---- Information supplied

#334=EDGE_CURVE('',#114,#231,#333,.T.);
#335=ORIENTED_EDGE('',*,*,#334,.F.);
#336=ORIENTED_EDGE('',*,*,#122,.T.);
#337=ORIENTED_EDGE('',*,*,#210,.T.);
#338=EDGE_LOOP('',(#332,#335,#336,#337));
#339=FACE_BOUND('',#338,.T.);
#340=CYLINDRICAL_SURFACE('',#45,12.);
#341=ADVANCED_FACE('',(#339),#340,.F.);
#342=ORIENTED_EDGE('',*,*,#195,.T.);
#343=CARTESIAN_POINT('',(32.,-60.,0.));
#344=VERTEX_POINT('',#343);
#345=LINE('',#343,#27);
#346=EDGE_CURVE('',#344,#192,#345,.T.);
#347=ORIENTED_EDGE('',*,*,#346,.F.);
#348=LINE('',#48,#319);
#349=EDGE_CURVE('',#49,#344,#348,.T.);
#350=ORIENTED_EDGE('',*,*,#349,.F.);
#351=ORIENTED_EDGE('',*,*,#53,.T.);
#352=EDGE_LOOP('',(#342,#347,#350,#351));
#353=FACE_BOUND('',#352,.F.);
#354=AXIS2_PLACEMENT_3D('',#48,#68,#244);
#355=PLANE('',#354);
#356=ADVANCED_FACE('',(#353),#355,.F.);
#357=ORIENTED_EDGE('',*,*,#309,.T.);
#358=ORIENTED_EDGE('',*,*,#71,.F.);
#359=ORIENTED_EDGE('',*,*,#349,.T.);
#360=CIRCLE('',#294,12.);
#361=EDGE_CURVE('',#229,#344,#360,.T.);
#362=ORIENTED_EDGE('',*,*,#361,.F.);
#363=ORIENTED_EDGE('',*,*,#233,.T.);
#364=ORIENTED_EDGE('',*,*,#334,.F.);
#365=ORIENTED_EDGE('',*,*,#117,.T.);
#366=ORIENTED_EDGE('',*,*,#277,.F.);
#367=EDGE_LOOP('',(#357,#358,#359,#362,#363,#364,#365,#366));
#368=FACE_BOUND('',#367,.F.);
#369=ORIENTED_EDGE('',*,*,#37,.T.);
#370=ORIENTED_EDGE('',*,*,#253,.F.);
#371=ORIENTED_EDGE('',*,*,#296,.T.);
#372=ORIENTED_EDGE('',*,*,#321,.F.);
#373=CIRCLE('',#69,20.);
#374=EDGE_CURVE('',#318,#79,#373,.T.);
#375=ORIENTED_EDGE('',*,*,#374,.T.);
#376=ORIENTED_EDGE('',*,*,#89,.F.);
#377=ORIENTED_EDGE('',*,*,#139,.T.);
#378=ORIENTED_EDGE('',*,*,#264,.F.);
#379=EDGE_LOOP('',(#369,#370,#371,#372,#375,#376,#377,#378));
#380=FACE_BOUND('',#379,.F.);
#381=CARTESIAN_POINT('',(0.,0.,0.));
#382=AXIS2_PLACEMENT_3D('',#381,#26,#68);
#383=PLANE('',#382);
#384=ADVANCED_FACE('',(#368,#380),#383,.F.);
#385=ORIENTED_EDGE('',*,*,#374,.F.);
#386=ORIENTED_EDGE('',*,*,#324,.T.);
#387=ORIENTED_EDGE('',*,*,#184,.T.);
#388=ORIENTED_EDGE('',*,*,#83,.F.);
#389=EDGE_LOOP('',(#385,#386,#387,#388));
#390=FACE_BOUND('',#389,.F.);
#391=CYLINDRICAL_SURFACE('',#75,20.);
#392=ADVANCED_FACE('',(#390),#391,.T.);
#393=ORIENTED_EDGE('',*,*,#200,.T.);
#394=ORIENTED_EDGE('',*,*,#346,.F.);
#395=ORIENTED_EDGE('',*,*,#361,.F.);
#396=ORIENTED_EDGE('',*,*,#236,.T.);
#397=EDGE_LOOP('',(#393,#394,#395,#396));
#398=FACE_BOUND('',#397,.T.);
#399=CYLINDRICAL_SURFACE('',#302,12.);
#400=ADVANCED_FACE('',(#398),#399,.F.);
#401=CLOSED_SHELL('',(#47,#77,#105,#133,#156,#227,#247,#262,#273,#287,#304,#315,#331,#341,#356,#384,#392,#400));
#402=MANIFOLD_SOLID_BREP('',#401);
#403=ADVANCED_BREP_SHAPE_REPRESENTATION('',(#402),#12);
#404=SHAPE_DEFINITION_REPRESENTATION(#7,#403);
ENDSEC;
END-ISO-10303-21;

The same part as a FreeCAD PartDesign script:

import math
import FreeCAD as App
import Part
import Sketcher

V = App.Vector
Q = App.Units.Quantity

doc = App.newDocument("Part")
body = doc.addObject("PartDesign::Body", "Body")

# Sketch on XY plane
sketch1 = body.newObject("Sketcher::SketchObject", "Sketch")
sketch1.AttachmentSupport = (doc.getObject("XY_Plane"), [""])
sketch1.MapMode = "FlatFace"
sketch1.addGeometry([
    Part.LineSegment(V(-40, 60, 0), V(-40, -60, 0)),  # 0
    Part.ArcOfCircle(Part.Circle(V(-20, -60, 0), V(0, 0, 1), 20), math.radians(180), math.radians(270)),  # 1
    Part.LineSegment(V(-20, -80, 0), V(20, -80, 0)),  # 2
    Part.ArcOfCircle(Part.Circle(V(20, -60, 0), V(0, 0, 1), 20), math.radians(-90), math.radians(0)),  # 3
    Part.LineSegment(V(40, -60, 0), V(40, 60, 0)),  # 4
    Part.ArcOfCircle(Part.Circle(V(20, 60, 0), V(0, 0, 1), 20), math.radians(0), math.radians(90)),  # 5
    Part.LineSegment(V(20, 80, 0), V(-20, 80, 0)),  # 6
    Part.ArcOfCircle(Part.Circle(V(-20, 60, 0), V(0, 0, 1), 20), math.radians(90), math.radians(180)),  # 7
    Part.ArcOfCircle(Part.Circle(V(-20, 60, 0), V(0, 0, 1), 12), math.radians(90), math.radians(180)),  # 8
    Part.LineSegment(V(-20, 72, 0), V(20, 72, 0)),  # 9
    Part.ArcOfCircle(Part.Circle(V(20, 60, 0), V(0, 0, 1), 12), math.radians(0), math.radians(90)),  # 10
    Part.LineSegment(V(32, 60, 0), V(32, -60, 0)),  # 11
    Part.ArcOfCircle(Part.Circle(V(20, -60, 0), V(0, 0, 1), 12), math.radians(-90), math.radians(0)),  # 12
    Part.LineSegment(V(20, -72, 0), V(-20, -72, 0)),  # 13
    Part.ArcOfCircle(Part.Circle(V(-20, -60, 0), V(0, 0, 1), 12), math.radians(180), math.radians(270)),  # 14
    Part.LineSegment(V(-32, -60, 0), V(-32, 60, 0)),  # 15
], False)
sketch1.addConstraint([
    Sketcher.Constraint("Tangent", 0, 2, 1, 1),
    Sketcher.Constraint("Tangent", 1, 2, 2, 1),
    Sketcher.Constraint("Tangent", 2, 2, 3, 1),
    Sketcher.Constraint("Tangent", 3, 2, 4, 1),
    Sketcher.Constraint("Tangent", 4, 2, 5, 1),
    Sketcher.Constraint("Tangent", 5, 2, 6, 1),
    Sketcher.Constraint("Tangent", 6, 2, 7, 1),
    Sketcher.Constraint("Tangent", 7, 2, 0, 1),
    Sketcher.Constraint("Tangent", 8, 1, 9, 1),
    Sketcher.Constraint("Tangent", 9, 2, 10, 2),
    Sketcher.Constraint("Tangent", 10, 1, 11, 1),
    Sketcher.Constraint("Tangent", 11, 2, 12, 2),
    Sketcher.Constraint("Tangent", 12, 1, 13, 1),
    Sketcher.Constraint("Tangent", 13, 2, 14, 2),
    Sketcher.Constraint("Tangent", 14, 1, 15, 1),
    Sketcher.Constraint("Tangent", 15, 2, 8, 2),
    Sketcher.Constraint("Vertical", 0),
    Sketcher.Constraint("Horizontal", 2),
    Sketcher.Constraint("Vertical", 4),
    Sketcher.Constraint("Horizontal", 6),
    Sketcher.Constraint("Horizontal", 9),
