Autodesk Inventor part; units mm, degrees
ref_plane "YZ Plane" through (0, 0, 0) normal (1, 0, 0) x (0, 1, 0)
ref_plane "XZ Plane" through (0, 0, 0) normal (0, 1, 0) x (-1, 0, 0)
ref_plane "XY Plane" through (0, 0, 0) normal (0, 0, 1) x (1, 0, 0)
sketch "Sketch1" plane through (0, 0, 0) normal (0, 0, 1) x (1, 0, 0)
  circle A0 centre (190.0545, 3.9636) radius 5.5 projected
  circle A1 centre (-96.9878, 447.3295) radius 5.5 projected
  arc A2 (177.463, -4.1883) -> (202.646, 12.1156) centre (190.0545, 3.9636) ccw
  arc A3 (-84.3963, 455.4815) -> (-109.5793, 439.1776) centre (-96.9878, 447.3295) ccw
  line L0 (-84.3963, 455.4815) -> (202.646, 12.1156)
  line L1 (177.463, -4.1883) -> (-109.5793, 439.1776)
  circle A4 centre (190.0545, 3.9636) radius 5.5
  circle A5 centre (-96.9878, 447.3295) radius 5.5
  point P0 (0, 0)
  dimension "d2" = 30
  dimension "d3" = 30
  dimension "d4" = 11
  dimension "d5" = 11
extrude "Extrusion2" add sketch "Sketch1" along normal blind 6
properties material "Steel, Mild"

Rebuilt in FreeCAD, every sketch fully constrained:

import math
import FreeCAD as App
import Part
import Sketcher
Q = App.Units.Quantity

doc = App.newDocument("Part")
body = doc.addObject("PartDesign::Body", "Body")

# Sketch on XY plane
sketch1 = body.newObject("Sketcher::SketchObject", "Sketch")
sketch1.AttachmentSupport = (doc.getObject("XY_Plane"), [""])
sketch1.MapMode = "FlatFace"
sketch1.addGeometry([
    Part.LineSegment(App.Vector(-110, 439, 0), App.Vector(177, -4, 0)),  # 0
    Part.ArcOfCircle(Part.Circle(App.Vector(190, 4, 0), App.Vector(0, 0, 1), 15), math.radians(-147), math.radians(33)),  # 1
    Part.LineSegment(App.Vector(203, 12, 0), App.Vector(-84, 455, 0)),  # 2
    Part.ArcOfCircle(Part.Circle(App.Vector(-97, 447, 0), App.Vector(0, 0, 1), 15), math.radians(33), math.radians(213)),  # 3
    Part.Circle(App.Vector(190, 4, 0), App.Vector(0, 0, 1), 6),  # 4
    Part.Circle(App.Vector(-97, 447, 0), App.Vector(0, 0, 1), 6),  # 5
], False)
sketch1.addConstraint([
    Sketcher.Constraint("Tangent", 0, 2, 1, 1),
    Sketcher.Constraint("Tangent", 1, 2, 2, 1),
    Sketcher.Constraint("Tangent", 2, 2, 3, 1),
    Sketcher.Constraint("Tangent", 3, 2, 0, 1),
    Sketcher.Constraint("Coincident", 4, 3, 1, 3),
    Sketcher.Constraint("Coincident", 5, 3, 3, 3),
    Sketcher.Constraint("Equal", 1, 3),
    Sketcher.Constraint("Equal", 4, 5),
    Sketcher.Constraint("Diameter", 4, 11.0),
    Sketcher.Constraint("Radius", 1, 15.0),
    Sketcher.Constraint("Angle", 0, Q("-57.0803 deg")),
    Sketcher.Constraint("Distance", 0, 528.173),
    Sketcher.Constraint("DistanceX", -1, 1, 0, 2, 177.463),
    Sketcher.Constraint("DistanceY", -1, 1, 1, 3, 3.9636),
])
pad1 = body.newObject("PartDesign::Pad", "Pad")
pad1.Profile = sketch1
pad1.Length = 6

doc.recompute()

--------

#### Exercise goal:
In the records, which lines mention the word "dimension"? Copy those lines.

#### Response to the task:
  dimension "d2" = 30
  dimension "d3" = 30
  dimension "d4" = 11
  dimension "d5" = 11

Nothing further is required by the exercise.